5. Know your true value. Before fixing the price, we must check that what we are going to agree on is not above the
market. Keep in mind that when applying for a mortgage they will grant it based on their real value, not the agreed one. Imagine that you commit to pay for a flat 120,000 euros and then a professional appraisal determines that its value is
100,000 euros. If, for example, the bank grants you a mortgage on 80% of its value, you can count on 80,000 euros. The other 40,000 must be contributed by you. It is vital to pre-assess or use online tools such as BBVA Valora, which in
real time offers you a very approximate value of the home. By the way, Valora will tell you, thanks to Big Data from many users with your profile, if it suits yourent or buy ...
6. Study what type of mortgage you are interested in. Nowadays you can choose between mortgages at a fixed, variable or
mixed rate . In the first case, we will always pay the same fee. In the second, it will depend on the evolution of the indicator. In mixed mortgages, the first years are at a fixed rate and the rest at a variable rate.

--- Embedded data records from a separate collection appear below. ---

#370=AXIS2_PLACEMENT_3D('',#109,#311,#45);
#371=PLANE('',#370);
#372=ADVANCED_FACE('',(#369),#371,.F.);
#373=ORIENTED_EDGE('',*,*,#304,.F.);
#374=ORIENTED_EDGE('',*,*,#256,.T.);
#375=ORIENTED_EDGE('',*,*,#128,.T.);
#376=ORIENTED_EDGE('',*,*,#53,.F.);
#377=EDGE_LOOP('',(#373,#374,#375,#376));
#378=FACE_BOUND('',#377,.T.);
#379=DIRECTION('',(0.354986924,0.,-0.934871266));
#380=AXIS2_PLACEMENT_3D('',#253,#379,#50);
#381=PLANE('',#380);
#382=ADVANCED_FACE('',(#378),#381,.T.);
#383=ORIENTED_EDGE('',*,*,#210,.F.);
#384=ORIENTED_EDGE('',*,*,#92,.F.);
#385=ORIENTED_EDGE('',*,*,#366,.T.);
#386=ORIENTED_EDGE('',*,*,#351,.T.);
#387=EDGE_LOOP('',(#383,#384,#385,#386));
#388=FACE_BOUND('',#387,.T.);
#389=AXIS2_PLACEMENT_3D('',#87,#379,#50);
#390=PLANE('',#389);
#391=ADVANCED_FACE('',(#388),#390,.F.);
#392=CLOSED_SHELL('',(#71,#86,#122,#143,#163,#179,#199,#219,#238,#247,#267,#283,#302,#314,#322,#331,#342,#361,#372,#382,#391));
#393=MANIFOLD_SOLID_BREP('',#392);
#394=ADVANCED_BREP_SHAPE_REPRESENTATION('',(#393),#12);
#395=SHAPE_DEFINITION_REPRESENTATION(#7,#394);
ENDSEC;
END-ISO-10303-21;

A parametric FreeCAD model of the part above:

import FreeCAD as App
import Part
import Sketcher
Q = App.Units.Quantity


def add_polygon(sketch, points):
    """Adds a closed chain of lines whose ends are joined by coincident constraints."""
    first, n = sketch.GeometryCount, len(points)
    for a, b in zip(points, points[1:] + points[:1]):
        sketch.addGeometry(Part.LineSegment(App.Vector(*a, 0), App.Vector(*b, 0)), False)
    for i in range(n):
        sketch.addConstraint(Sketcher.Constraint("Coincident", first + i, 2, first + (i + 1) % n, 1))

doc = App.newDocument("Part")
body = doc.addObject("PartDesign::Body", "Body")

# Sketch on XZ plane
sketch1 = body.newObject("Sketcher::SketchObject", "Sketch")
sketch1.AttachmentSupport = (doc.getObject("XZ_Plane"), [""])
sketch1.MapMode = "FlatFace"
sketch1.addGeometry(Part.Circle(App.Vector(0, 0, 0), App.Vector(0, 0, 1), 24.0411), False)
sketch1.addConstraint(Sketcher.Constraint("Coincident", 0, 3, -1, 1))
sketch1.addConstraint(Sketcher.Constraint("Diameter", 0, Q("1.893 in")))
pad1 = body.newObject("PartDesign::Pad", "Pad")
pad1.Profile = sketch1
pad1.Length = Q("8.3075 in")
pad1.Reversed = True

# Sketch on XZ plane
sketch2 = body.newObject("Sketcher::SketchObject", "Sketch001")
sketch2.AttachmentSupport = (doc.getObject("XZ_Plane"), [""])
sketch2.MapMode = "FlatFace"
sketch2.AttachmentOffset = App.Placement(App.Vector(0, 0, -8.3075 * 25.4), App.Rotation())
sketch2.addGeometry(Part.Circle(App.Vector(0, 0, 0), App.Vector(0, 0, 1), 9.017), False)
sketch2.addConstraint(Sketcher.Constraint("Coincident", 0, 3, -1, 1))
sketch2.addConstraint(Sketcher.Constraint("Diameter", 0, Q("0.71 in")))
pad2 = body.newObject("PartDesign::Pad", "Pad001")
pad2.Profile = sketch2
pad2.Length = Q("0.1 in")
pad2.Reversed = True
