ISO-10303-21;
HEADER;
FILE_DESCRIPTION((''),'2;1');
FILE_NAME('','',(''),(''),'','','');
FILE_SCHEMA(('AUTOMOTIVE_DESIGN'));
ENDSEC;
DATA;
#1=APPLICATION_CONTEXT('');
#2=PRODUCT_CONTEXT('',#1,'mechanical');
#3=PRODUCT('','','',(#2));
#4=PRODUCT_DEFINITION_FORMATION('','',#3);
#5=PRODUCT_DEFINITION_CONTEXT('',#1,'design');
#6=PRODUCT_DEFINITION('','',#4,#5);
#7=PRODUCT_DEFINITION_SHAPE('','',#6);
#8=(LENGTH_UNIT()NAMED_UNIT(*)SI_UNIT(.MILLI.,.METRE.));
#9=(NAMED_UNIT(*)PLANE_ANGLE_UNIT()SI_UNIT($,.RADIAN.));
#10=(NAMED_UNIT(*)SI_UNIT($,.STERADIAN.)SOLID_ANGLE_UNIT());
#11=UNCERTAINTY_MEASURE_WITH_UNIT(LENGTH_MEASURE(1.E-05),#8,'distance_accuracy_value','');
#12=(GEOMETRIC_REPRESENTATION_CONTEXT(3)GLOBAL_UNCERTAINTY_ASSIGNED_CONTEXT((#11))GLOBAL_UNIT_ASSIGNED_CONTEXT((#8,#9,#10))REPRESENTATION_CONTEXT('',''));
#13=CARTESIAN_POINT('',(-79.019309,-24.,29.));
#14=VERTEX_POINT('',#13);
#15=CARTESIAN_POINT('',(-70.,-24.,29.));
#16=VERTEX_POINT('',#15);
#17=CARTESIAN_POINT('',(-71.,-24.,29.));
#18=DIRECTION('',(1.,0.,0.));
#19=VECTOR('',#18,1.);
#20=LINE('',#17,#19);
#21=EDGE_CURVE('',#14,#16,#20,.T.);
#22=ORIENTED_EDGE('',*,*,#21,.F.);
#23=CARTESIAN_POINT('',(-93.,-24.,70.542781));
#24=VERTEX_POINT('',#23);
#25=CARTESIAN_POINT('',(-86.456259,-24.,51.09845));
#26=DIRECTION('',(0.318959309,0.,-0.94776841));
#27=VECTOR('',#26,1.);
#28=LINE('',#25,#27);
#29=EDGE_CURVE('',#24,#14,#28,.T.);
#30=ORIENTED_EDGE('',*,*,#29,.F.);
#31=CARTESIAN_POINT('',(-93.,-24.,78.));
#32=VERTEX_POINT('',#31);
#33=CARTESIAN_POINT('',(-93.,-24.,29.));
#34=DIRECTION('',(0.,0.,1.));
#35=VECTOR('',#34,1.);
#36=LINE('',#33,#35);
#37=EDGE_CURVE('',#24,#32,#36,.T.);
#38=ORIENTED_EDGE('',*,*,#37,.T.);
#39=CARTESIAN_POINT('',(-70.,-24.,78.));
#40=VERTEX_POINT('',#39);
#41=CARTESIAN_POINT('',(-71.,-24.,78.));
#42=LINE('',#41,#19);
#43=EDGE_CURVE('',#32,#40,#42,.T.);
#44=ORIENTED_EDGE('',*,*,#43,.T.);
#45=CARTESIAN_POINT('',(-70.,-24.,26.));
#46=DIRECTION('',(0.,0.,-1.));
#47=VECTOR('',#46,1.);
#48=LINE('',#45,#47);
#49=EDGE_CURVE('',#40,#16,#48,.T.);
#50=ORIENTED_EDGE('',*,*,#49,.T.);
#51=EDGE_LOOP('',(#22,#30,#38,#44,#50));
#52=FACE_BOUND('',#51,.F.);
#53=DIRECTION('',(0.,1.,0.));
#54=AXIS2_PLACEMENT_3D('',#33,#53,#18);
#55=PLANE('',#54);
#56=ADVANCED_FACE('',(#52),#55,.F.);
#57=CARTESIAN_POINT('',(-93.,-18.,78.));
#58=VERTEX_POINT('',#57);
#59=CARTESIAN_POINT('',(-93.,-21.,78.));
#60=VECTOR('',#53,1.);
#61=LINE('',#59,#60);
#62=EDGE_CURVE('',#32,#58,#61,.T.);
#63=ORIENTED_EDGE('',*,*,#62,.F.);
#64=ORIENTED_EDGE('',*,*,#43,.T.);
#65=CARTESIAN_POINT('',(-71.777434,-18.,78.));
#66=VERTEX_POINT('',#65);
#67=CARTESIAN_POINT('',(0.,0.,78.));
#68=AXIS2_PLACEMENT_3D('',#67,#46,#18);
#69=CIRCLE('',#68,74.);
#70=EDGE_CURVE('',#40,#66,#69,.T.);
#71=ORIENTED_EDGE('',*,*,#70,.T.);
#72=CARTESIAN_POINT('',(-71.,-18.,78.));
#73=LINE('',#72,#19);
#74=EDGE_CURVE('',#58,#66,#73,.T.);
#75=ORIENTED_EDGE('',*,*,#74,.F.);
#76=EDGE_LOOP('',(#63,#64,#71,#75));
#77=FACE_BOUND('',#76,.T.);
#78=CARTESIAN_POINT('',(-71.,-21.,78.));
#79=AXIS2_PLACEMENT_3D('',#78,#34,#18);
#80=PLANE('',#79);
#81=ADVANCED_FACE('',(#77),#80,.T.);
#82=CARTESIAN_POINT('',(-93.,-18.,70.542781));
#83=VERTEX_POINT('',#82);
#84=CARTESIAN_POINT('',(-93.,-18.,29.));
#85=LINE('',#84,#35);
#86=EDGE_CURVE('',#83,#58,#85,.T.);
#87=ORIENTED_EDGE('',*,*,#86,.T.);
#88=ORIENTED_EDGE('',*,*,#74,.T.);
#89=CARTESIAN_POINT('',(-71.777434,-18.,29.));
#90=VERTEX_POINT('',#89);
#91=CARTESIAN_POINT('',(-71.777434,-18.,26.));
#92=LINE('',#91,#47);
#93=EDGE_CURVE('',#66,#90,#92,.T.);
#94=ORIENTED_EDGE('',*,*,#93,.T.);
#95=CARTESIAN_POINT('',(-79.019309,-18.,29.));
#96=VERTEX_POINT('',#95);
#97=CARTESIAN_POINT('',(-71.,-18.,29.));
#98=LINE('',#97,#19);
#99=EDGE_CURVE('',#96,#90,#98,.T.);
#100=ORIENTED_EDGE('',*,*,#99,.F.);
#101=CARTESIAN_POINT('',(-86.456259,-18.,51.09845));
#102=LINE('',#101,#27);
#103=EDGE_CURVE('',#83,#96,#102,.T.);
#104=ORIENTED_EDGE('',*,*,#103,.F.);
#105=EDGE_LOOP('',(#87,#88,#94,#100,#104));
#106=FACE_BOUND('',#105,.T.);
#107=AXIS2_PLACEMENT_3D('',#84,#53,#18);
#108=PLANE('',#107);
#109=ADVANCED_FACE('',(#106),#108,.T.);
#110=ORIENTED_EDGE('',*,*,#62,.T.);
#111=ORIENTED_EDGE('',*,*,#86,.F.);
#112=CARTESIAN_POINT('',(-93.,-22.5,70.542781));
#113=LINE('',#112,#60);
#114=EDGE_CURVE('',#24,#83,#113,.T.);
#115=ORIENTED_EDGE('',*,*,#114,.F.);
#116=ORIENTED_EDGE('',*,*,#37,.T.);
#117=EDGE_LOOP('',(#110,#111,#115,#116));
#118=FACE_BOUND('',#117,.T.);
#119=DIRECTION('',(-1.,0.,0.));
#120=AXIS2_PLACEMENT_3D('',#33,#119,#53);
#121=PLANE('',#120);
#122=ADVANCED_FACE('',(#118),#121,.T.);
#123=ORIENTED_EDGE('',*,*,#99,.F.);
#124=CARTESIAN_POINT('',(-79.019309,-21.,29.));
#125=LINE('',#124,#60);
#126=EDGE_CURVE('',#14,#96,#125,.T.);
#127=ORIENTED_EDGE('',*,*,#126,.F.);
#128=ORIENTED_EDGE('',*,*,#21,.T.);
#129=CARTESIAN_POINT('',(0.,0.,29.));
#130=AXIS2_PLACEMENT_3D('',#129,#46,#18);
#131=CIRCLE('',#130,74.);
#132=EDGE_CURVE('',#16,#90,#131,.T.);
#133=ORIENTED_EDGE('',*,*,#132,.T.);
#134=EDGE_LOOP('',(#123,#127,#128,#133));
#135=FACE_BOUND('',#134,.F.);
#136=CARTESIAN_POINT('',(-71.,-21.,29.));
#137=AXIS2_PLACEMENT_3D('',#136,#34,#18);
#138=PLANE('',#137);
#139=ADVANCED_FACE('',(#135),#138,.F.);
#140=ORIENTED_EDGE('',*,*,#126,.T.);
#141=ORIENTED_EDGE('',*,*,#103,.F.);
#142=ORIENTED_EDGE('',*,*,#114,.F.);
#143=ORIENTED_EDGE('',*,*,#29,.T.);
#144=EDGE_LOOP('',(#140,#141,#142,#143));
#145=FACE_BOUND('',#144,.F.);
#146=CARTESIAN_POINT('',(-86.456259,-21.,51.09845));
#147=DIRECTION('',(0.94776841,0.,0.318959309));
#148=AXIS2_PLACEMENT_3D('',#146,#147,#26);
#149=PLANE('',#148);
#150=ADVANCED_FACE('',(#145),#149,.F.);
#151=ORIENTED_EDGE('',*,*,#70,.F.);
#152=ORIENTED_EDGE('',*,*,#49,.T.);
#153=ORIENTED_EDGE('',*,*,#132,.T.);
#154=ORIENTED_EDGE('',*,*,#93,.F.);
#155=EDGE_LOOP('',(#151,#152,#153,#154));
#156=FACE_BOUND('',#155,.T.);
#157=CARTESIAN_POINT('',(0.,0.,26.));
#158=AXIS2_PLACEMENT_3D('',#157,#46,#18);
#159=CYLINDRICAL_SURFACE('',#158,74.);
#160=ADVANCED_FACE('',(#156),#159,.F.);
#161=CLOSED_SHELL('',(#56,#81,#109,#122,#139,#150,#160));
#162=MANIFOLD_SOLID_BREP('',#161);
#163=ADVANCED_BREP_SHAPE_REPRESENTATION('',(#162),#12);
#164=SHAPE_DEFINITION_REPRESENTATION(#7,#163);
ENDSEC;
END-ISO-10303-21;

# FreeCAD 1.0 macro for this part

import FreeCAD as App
import Part
import Sketcher

doc = App.newDocument("Part")
params = doc.addObject("Spreadsheet::Sheet", "Params")
for row, (alias, value) in enumerate([
    ("sketch1_diameter", "148 mm"),
    ("pad1_length", "60 mm"),
    ("sketch2_width", "80 mm"),
    ("sketch2_height", "6 mm"),
    ("pad2_length", "20 mm"),
    ("sketch3_width", "44 mm"),
    ("sketch3_height", "6 mm"),
    ("pad3_length", "49 mm"),
], start=1):
    params.set(f"A{row}", alias)
    params.set(f"B{row}", "=" + value)
    params.setAlias(f"B{row}", alias)

body = doc.addObject("PartDesign::Body", "Body")

# Sketch on XY plane
sketch1 = body.newObject("Sketcher::SketchObject", "Sketch")
sketch1.AttachmentSupport = (doc.getObject("XY_Plane"), [""])
sketch1.MapMode = "FlatFace"
sketch1.AttachmentOffset = App.Placement(App.Vector(0, 0, 26), App.Rotation())
sketch1.addGeometry(Part.Circle(App.Vector(0, 0, 0), App.Vector(0, 0, 1), 74), False)
sketch1.addConstraint([
    Sketcher.Constraint("Coincident", 0, 3, -1, 1),
    Sketcher.Constraint("Diameter", 0, 148.0),
])
sketch1.setExpression("Constraints[1]", "Params.sketch1_diameter")
pad1 = body.newObject("PartDesign::Pad", "Pad")
pad1.Profile = sketch1
pad1.setExpression("Length", "Params.pad1_length")
body2 = doc.addObject("PartDesign::Body", "Body001")

# Sketch on XY plane
sketch2 = body2.newObject("Sketcher::SketchObject", "Sketch001")
sketch2.AttachmentSupport = (doc.getObject("XY_Plane001"), [""])
sketch2.MapMode = "FlatFace"
sketch2.addGeometry([
    Part.LineSegment(App.Vector(0, 6, 0), App.Vector(0, 0, 0)),
    Part.LineSegment(App.Vector(0, 0, 0), App.Vector(80, 0, 0)),
    Part.LineSegment(App.Vector(80, 0, 0), App.Vector(80, 6, 0)),
    Part.LineSegment(App.Vector(80, 6, 0), App.Vector(0, 6, 0)),
], False)
sketch2.addConstraint([
    Sketcher.Constraint("Coincident", 0, 2, 1, 1),
    Sketcher.Constraint("Coincident", 1, 2, 2, 1),
    Sketcher.Constraint("Coincident", 2, 2, 3, 1),
    Sketcher.Constraint("Coincident", 3, 2, 0, 1),
    Sketcher.Constraint("Vertical", 0),
    Sketcher.Constraint("Horizontal", 1),
    Sketcher.Constraint("Vertical", 2),
    Sketcher.Constraint("Horizontal", 3),
    Sketcher.Constraint("Coincident", 0, 2, -1, 1),
    Sketcher.Constraint("DistanceX", 1, 1, 1, 2, 80.0),
    Sketcher.Constraint("DistanceY", 0, 2, 0, 1, 6.0),
])
sketch2.setExpression("Constraints[9]", "Params.sketch2_width")
sketch2.setExpression("Constraints[10]", "Params.sketch2_height")
pad2 = body2.newObject("PartDesign::Pad", "Pad001")
pad2.Profile = sketch2
pad2.setExpression("Length", "Params.pad2_length")
body3 = doc.addObject("PartDesign::Body", "Body002")
doc.recompute()

body2.Placement = App.Placement(App.Vector(-118.17, -24, 82.63), App.Rotation(App.Vector(0, 1, 0), 71.4))
boolean = body3.newObject("PartDesign::Boolean", "Boolean")
boolean.Type = "Fuse"
boolean.addObjects([body2])
body4 = doc.addObject("PartDesign::Body", "Body003")

# Sketch on XY plane
sketch3 = body4.newObject("Sketcher::SketchObject", "Sketch002")
sketch3.AttachmentSupport = (doc.getObject("XY_Plane003"), [""])
sketch3.MapMode = "FlatFace"
sketch3.AttachmentOffset = App.Placement(App.Vector(0, 0, 29), App.Rotation())
sketch3.addGeometry([
    Part.LineSegment(App.Vector(-93, -18, 0), App.Vector(-93, -24, 0)),
    Part.LineSegment(App.Vector(-93, -24, 0), App.Vector(-49, -24, 0)),
    Part.LineSegment(App.Vector(-49, -24, 0), App.Vector(-49, -18, 0)),
    Part.LineSegment(App.Vector(-49, -18, 0), App.Vector(-93, -18, 0)),
], False)
sketch3.addConstraint([
    Sketcher.Constraint("Coincident", 0, 2, 1, 1),
    Sketcher.Constraint("Coincident", 1, 2, 2, 1),
    Sketcher.Constraint("Coincident", 2, 2, 3, 1),
    Sketcher.Constraint("Coincident", 3, 2, 0, 1),
    Sketcher.Constraint("Vertical", 0),
    Sketcher.Constraint("Horizontal", 1),
    Sketcher.Constraint("Vertical", 2),
    Sketcher.Constraint("Horizontal", 3),
    Sketcher.Constraint("DistanceX", 1, 1, 1, 2, 44.0),
    Sketcher.Constraint("DistanceY", 0, 2, 0, 1, 6.0),
    Sketcher.Constraint("DistanceX", 0, 2, -1, 1, 93.0),
    Sketcher.Constraint("DistanceY", 0, 2, -1, 1, 24.0),
])
sketch3.setExpression("Constraints[8]", "Params.sketch3_width")
sketch3.setExpression("Constraints[9]", "Params.sketch3_height")
pad3 = body4.newObject("PartDesign::Pad", "Pad002")
pad3.Profile = sketch3
pad3.setExpression("Length", "Params.pad3_length")
doc.recompute()

boolean2 = body4.newObject("PartDesign::Boolean", "Boolean001")
boolean2.Type = "Cut"
boolean2.addObjects([body3])
doc.recompute()

boolean3 = body4.newObject("PartDesign::Boolean", "Boolean002")
boolean3.Type = "Cut"
boolean3.addObjects([body])

doc.recompute()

7. Choose the home insurance that best suits your needs . It is important to know the difference between multi-risk insurance and minimum home insurance. The first is usually recommended to those homes where there are jewels, antiques,
furniture with great value or works of art. The second is much more basic but covers fires, pipe jams, thefts and thefts. Once analyzed both the important thing is to choose the one that we really need.(we buy houses fast)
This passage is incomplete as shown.